LISA PLAGGEMIER: If you go to cisa.gov-- so CISA is the cybersecurity agency. It's a part of DHS, the cybersecurity and infrastructure security agency. They have resources for small businesses and schools, hospitals. They have a number of different things that they offer.
I would start on cisa.gov, and all of it is free. At one point, they would do penetration testing. They would do scanning of your network to see if your zipper was down. Some of their services are more robust than others. OK, so I think they still do this. Gosh, I hope so. Who knows.
JILL ANDERSON: The government is obviously in transition so we don't know what will continue to exist.
LISA PLAGGEMIER: One of the best things to do to bring the message home to leadership is to hold what's called a tabletop exercise. I know that CISA has had services in the past to do this. I think they're still doing them, but for not an insane amount of money, I think you can have a local vendor that will do one.
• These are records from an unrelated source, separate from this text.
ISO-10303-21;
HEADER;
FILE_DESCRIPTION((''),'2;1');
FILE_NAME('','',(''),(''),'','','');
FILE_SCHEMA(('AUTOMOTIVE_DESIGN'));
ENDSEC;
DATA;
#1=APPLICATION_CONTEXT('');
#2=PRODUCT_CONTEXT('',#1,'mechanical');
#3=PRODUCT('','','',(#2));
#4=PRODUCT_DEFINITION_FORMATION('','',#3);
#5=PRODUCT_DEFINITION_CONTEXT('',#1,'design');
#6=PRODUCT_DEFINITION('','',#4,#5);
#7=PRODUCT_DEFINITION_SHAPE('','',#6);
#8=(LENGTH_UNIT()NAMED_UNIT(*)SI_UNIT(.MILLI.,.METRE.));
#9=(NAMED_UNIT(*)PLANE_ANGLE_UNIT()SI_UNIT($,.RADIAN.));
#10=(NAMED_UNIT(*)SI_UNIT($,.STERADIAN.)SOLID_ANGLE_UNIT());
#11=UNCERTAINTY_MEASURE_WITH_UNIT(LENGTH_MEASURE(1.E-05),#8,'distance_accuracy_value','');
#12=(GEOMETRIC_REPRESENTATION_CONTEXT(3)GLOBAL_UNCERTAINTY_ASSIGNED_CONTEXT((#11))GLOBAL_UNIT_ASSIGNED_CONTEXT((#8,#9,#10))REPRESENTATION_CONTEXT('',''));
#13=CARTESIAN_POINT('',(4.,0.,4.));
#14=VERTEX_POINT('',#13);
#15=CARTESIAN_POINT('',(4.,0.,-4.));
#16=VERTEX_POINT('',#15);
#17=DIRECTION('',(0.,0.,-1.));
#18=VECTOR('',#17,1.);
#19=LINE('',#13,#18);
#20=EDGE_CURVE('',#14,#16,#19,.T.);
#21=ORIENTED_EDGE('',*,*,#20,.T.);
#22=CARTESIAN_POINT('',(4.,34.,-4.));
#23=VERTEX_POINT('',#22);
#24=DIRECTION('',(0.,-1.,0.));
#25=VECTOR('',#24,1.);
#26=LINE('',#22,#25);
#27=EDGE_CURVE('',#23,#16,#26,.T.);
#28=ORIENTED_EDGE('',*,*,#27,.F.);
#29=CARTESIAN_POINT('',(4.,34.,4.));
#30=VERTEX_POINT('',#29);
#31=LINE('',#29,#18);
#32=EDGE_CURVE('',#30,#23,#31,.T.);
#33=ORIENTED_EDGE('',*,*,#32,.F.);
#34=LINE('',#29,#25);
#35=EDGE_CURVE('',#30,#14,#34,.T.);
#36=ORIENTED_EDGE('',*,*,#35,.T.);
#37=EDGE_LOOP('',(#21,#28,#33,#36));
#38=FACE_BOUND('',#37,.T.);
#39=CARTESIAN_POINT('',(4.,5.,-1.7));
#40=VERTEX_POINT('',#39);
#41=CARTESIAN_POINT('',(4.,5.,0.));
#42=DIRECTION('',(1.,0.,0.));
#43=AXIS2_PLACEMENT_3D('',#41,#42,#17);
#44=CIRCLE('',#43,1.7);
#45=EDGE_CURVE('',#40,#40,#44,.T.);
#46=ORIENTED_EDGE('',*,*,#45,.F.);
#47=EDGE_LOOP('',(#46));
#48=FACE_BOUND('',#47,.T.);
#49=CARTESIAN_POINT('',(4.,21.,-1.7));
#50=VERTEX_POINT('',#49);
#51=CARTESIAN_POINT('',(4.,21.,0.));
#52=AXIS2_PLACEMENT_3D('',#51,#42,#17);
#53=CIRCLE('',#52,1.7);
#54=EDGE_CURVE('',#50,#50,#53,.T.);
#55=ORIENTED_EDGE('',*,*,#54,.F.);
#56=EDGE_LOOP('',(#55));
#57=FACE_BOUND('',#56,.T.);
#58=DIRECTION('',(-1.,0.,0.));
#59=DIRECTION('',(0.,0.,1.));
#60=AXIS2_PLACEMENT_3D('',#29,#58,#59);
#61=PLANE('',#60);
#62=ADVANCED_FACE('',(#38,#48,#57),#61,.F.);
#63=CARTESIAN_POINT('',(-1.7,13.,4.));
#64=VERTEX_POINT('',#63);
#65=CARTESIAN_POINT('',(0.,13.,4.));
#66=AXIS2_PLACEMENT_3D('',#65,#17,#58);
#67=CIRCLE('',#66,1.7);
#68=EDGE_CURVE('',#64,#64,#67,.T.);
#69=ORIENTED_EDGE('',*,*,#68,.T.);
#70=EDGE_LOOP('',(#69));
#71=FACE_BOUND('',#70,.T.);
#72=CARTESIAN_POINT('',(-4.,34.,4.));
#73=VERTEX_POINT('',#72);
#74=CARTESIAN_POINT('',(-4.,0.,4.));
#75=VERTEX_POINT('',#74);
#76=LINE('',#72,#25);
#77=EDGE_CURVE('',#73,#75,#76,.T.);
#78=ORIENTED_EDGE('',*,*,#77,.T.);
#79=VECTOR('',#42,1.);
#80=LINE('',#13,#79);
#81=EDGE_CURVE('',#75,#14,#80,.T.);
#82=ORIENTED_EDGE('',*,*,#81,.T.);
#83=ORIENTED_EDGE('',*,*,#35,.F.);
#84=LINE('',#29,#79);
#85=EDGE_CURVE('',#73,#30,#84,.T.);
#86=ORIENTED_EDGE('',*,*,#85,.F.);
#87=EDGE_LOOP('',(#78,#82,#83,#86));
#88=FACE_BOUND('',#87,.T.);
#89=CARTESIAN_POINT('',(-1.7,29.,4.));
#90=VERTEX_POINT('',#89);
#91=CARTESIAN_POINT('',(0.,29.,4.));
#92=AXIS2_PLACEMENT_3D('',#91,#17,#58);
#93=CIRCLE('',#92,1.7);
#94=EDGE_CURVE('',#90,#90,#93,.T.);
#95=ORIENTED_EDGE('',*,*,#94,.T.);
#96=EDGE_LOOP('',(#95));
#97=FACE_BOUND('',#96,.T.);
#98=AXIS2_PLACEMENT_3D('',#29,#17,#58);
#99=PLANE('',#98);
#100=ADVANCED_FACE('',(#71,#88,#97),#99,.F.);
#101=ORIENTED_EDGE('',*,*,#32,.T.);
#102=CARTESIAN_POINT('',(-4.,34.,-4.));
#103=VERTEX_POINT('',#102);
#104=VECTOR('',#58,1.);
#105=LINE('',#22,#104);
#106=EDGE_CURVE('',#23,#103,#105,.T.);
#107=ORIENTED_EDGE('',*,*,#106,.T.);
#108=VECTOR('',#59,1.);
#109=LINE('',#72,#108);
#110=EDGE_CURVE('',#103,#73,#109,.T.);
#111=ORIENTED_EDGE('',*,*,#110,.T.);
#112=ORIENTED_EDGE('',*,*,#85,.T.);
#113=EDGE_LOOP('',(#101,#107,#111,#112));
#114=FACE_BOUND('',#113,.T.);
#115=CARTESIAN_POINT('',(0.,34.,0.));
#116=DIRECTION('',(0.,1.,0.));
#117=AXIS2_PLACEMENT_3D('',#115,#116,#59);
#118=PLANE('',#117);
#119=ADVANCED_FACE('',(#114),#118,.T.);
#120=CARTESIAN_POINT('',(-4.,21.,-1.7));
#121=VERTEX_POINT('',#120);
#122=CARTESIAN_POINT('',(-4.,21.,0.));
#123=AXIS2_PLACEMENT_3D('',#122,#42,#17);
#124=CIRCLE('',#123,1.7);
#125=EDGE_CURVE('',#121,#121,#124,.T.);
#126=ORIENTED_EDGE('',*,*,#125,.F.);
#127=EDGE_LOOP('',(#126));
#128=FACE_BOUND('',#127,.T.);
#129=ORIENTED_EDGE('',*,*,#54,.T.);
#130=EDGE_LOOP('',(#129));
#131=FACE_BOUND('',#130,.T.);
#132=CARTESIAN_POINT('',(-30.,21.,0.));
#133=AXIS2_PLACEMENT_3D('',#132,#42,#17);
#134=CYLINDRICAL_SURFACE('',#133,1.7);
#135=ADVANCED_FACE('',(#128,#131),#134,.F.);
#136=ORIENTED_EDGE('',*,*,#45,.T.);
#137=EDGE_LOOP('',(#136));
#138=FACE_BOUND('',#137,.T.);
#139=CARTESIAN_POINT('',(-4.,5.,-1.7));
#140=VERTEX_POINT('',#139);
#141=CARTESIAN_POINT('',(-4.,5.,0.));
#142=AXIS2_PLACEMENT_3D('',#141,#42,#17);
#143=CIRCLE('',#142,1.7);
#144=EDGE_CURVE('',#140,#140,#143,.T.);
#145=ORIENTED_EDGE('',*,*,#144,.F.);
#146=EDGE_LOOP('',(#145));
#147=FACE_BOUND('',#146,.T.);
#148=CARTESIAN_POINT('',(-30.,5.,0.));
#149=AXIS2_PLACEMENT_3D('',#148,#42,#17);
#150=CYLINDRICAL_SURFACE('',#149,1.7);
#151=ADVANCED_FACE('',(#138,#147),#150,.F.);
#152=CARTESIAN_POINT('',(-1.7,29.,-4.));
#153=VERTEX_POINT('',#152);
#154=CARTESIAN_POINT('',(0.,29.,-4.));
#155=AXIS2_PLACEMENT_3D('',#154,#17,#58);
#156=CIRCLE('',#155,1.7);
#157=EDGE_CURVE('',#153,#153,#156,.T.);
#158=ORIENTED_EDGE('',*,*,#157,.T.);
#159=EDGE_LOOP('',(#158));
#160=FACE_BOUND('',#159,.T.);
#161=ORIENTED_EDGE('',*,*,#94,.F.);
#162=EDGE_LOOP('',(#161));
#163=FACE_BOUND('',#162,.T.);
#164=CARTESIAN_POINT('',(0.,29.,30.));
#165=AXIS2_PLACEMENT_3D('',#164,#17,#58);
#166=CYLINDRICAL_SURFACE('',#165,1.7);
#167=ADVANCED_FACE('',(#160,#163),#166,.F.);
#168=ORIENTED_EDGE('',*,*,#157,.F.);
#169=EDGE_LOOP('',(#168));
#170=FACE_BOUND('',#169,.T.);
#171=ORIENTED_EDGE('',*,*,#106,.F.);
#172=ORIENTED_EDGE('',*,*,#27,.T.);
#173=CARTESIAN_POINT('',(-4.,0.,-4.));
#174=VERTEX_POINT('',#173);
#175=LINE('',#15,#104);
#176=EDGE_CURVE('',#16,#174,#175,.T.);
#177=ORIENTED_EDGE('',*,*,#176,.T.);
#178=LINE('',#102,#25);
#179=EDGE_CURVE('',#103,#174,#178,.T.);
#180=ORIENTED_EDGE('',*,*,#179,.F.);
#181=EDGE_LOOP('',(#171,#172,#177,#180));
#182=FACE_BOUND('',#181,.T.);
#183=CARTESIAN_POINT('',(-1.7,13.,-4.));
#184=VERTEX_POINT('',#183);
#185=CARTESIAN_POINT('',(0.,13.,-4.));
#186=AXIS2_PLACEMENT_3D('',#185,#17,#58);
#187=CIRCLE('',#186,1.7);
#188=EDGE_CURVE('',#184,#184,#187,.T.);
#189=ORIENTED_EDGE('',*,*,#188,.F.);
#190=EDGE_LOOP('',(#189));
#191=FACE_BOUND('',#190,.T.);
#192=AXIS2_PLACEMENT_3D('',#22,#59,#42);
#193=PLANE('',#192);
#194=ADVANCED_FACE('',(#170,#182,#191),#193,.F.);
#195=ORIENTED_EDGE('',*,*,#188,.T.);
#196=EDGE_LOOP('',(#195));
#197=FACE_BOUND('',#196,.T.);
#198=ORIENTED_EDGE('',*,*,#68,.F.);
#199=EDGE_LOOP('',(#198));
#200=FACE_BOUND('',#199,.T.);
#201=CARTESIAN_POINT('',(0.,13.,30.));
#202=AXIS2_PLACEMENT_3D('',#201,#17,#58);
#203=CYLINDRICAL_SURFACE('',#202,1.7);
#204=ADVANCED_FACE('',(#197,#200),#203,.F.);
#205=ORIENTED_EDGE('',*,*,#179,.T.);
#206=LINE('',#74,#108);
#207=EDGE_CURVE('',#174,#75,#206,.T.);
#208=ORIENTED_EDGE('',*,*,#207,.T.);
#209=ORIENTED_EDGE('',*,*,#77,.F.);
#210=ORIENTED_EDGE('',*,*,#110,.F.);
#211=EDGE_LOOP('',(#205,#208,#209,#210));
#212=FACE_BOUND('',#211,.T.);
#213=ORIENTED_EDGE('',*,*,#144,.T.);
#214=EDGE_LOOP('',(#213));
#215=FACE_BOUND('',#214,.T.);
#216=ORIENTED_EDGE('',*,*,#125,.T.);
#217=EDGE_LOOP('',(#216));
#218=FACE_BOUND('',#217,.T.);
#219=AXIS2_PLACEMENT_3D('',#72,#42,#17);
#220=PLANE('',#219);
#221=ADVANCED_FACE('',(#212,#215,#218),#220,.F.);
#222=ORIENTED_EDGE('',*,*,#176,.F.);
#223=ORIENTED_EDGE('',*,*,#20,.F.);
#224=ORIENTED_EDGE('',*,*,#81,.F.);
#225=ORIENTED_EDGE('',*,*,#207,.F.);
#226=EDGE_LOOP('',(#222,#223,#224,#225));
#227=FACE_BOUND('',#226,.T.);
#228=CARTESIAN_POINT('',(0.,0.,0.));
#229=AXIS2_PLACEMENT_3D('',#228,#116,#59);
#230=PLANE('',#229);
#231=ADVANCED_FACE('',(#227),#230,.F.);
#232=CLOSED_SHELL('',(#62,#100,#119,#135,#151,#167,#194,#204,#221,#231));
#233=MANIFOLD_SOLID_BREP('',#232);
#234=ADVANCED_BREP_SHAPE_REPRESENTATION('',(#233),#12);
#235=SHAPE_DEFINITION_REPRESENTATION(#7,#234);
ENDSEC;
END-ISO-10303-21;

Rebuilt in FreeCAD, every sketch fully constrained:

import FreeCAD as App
import Part
import Sketcher

V = App.Vector
Q = App.Units.Quantity

doc = App.newDocument("Part")
params = doc.addObject("Spreadsheet::Sheet", "Params")
for row, (alias, value) in enumerate([
    ("sketch1_width", "8 mm"),
    ("pad1_length", "34 mm"),
    ("sketch2_diameter", "3.4 mm"),
    ("pocket1_length", "34 mm"),
    ("sketch3_diameter", "3.4 mm"),
    ("pocket2_length", "34 mm"),
], start=1):
    params.set(f"A{row}", alias)
    params.set(f"B{row}", "=" + value)
    params.setAlias(f"B{row}", alias)

body = doc.addObject("PartDesign::Body", "Body")

# Sketch on XZ plane
sketch1 = body.newObject("Sketcher::SketchObject", "Sketch")
sketch1.AttachmentSupport = (doc.getObject("XZ_Plane"), [""])
sketch1.MapMode = "FlatFace"
sketch1.addGeometry([
    Part.LineSegment(V(-4, -4, 0), V(-4, 4, 0)),
    Part.LineSegment(V(-4, 4, 0), V(4, 4, 0)),
    Part.LineSegment(V(4, 4, 0), V(4, -4, 0)),
    Part.LineSegment(V(4, -4, 0), V(-4, -4, 0)),
], False)
sketch1.addConstraint([
    Sketcher.Constraint("Coincident", 0, 2, 1, 1),
    Sketcher.Constraint("Coincident", 1, 2, 2, 1),
    Sketcher.Constraint("Coincident", 2, 2, 3, 1),
    Sketcher.Constraint("Coincident", 3, 2, 0, 1),
    Sketcher.Constraint("Vertical", 0),
    Sketcher.Constraint("Horizontal", 1),
    Sketcher.Constraint("Vertical", 2),
    Sketcher.Constraint("Horizontal", 3),
    Sketcher.Constraint("Symmetric", 0, 2, 2, 2, -1, 1),
    Sketcher.Constraint("Equal", 3, 0),
    Sketcher.Constraint("DistanceX", 1, 1, 1, 2, Q("8 mm")),
])
sketch1.setExpression("Constraints[10]", "Params.sketch1_width")
pad1 = body.newObject("PartDesign::Pad", "Pad")
pad1.Profile = sketch1
pad1.setExpression("Length", "Params.pad1_length")
pad1.Reversed = True

# Sketch on XY plane
sketch2 = body.newObject("Sketcher::SketchObject", "Sketch001")
sketch2.AttachmentSupport = (doc.getObject("XY_Plane"), [""])
sketch2.MapMode = "FlatFace"
sketch2.AttachmentOffset = App.Placement(V(0, 0, -4), App.Rotation())
sketch2.addGeometry([
    Part.Circle(V(0, 29, 0), V(0, 0, 1), 1.7),
    Part.Circle(V(0, 13, 0), V(0, 0, 1), 1.7),
], False)
sketch2.addConstraint([
    Sketcher.Constraint("Equal", 0, 1),
    Sketcher.Constraint("PointOnObject", 0, 3, -2),
    Sketcher.Constraint("PointOnObject", 1, 3, -2),
    Sketcher.Constraint("Diameter", 0, Q("3.4 mm")),
    Sketcher.Constraint("DistanceY", -1, 1, 0, 3, Q("29 mm")),
    Sketcher.Constraint("DistanceY", -1, 1, 1, 3, Q("13 mm")),
])
sketch2.setExpression("Constraints[3]", "Params.sketch2_diameter")
pocket1 = body.newObject("PartDesign::Pocket", "Pocket")
pocket1.Profile = sketch2
pocket1.setExpression("Length", "Params.pocket1_length")
pocket1.Reversed = True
Basically what they do is they run a data breach or security incident scenario. You have all your leadership around the table, so not just IT, but all the leadership. And somebody is running through like the playbook of, like, OK, this is happening now, and that's happening now.
And now somebody got a ransomware note on their machine and they can't close it. They're locked up. And they run through it minute by minute, hour by hour, and everybody practices the response. Like, OK, what do we do? Somebody just called from this particular school, and somebody's got a ransomware note on their machine. What happens next? Who do you call?
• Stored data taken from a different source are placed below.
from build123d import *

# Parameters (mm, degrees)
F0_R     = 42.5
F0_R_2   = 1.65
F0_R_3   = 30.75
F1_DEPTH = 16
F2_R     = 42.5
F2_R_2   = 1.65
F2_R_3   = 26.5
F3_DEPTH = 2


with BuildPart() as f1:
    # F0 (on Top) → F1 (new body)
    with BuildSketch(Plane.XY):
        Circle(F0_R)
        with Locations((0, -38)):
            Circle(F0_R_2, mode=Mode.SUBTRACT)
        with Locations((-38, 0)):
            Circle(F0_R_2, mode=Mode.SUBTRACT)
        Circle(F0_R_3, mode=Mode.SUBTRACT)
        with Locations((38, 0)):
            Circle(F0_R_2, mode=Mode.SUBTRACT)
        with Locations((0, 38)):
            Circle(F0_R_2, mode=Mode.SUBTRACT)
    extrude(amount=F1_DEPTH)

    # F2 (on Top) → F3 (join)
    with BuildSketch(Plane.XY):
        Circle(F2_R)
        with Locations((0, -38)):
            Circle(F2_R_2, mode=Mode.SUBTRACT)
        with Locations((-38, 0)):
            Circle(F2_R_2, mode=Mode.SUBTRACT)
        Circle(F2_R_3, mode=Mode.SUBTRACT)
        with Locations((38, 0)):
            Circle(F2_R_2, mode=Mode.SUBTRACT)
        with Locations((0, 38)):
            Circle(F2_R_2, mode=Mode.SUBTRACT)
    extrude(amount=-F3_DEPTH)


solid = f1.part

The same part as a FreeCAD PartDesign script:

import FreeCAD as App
import Part
import Sketcher
from FreeCAD import Vector

doc = App.newDocument("Part")
body = doc.addObject("PartDesign::Body", "Body")

# Sketch on XY plane
sketch1 = body.newObject("Sketcher::SketchObject", "Sketch")
sketch1.AttachmentSupport = (doc.getObject("XY_Plane"), [""])
sketch1.MapMode = "FlatFace"
sketch1.addGeometry([
    Part.Circle(Vector(0, 0, 0), Vector(0, 0, 1), 42.5),  # 0
    Part.Circle(Vector(0, -38, 0), Vector(0, 0, 1), 1.65),  # 1
    Part.Circle(Vector(-38, 0, 0), Vector(0, 0, 1), 1.65),  # 2
    Part.Circle(Vector(0, 0, 0), Vector(0, 0, 1), 30.75),  # 3
    Part.Circle(Vector(38, 0, 0), Vector(0, 0, 1), 1.65),  # 4
    Part.Circle(Vector(0, 38, 0), Vector(0, 0, 1), 1.65),  # 5
], False)
sketch1.addConstraint([
    Sketcher.Constraint("Coincident", 0, 3, -1, 1),
    Sketcher.Constraint("Coincident", 3, 3, -1, 1),
    Sketcher.Constraint("Equal", 1, 2),
    Sketcher.Constraint("Equal", 2, 4),
    Sketcher.Constraint("Equal", 4, 5),
    Sketcher.Constraint("Symmetric", 2, 3, 4, 3, -1, 1),
    Sketcher.Constraint("Symmetric", 1, 3, 5, 3, -1, 1),
    Sketcher.Constraint("PointOnObject", 1, 3, -2),
    Sketcher.Constraint("PointOnObject", 2, 3, -1),
    Sketcher.Constraint("Diameter", 0, 85.0),
    Sketcher.Constraint("Diameter", 1, 3.3),
    Sketcher.Constraint("Diameter", 3, 61.5),
    Sketcher.Constraint("DistanceY", 1, 3, -1, 1, 38.0),
    Sketcher.Constraint("DistanceX", 2, 3, -1, 1, 38.0),
])
pad1 = body.newObject("PartDesign::Pad", "Pad")
pad1.Profile = sketch1
pad1.Length = 16

# Sketch on XY plane
sketch2 = body.newObject("Sketcher::SketchObject", "Sketch001")
sketch2.AttachmentSupport = (doc.getObject("XY_Plane"), [""])
sketch2.MapMode = "FlatFace"
sketch2.addGeometry([
    Part.Circle(Vector(0, 0, 0), Vector(0, 0, 1), 42.5),  # 0
    Part.Circle(Vector(0, -38, 0), Vector(0, 0, 1), 1.65),  # 1
    Part.Circle(Vector(-38, 0, 0), Vector(0, 0, 1), 1.65),  # 2
    Part.Circle(Vector(0, 0, 0), Vector(0, 0, 1), 26.5),  # 3
    Part.Circle(Vector(38, 0, 0), Vector(0, 0, 1), 1.65),  # 4
    Part.Circle(Vector(0, 38, 0), Vector(0, 0, 1), 1.65),  # 5
], False)
sketch2.addConstraint([
    Sketcher.Constraint("Coincident", 0, 3, -1, 1),
    Sketcher.Constraint("Coincident", 3, 3, -1, 1),
    Sketcher.Constraint("Equal", 1, 2),
    Sketcher.Constraint("Equal", 2, 4),
    Sketcher.Constraint("Equal", 4, 5),
    Sketcher.Constraint("Symmetric", 2, 3, 4, 3, -1, 1),
    Sketcher.Constraint("Symmetric", 1, 3, 5, 3, -1, 1),
    Sketcher.Constraint("PointOnObject", 1, 3, -2),
    Sketcher.Constraint("PointOnObject", 2, 3, -1),
    Sketcher.Constraint("Diameter", 0, 85.0),
    Sketcher.Constraint("Diameter", 3, 53.0),
    Sketcher.Constraint("Diameter", 1, 3.3),
    Sketcher.Constraint("DistanceY", 1, 3, -1, 1, 38.0),
    Sketcher.Constraint("DistanceX", 2, 3, -1, 1, 38.0),
])
pad2 = body.newObject("PartDesign::Pad", "Pad001")
pad2.Profile = sketch2
pad2.Length = 2
pad2.Reversed = True

doc.recompute()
Who takes the network offline? How do you actually respond? So you practice having a security incident, and it allows you to find gaps in your response. It's a fantastic exercise.
Large businesses do these regularly. I think more small businesses should do them. But because the leadership is there in the room, they have to make decisions on the fly. Because one of those things that could be happening in the scenario, the made up scenario, could be, oh, the local newspaper called, or the local television is at the front door.
We have a reporter with a camera and a microphone who wants to know what's going on. And so it forces you to think through all those things. And you usually come out of there with a pretty good to do list of, OK, here's the things that we need to fix.
And if you do those on a regular basis, it just helps you to mature your program overall because you're going to find the places where, boy, that part didn't go so well. We could have done that better. So I highly recommend those, and I think CISA is still offering those.
JILL ANDERSON: That sounds great. And I feel like that would really make sense, given that schools are so used to practicing responses.
LISA PLAGGEMIER: Right, like an active shooter.
JILL ANDERSON: Yeah.
LISA PLAGGEMIER: It's the same thing, but you're doing it for cyber. I think everything we do goes back to those core four things. That's really what it's all about. It's watching out for social engineering, using multi-factor authentication, strong unique passwords. And then making sure everything is up to date and patched. Doing those four things consistently can make a world of difference.
JILL ANDERSON: Lisa Plaggemier is the executive director of the national cyber security alliance. I'm Jill Anderson. This is The Harvard Edcast produced by the Harvard Graduate School of Education. Thanks for listening.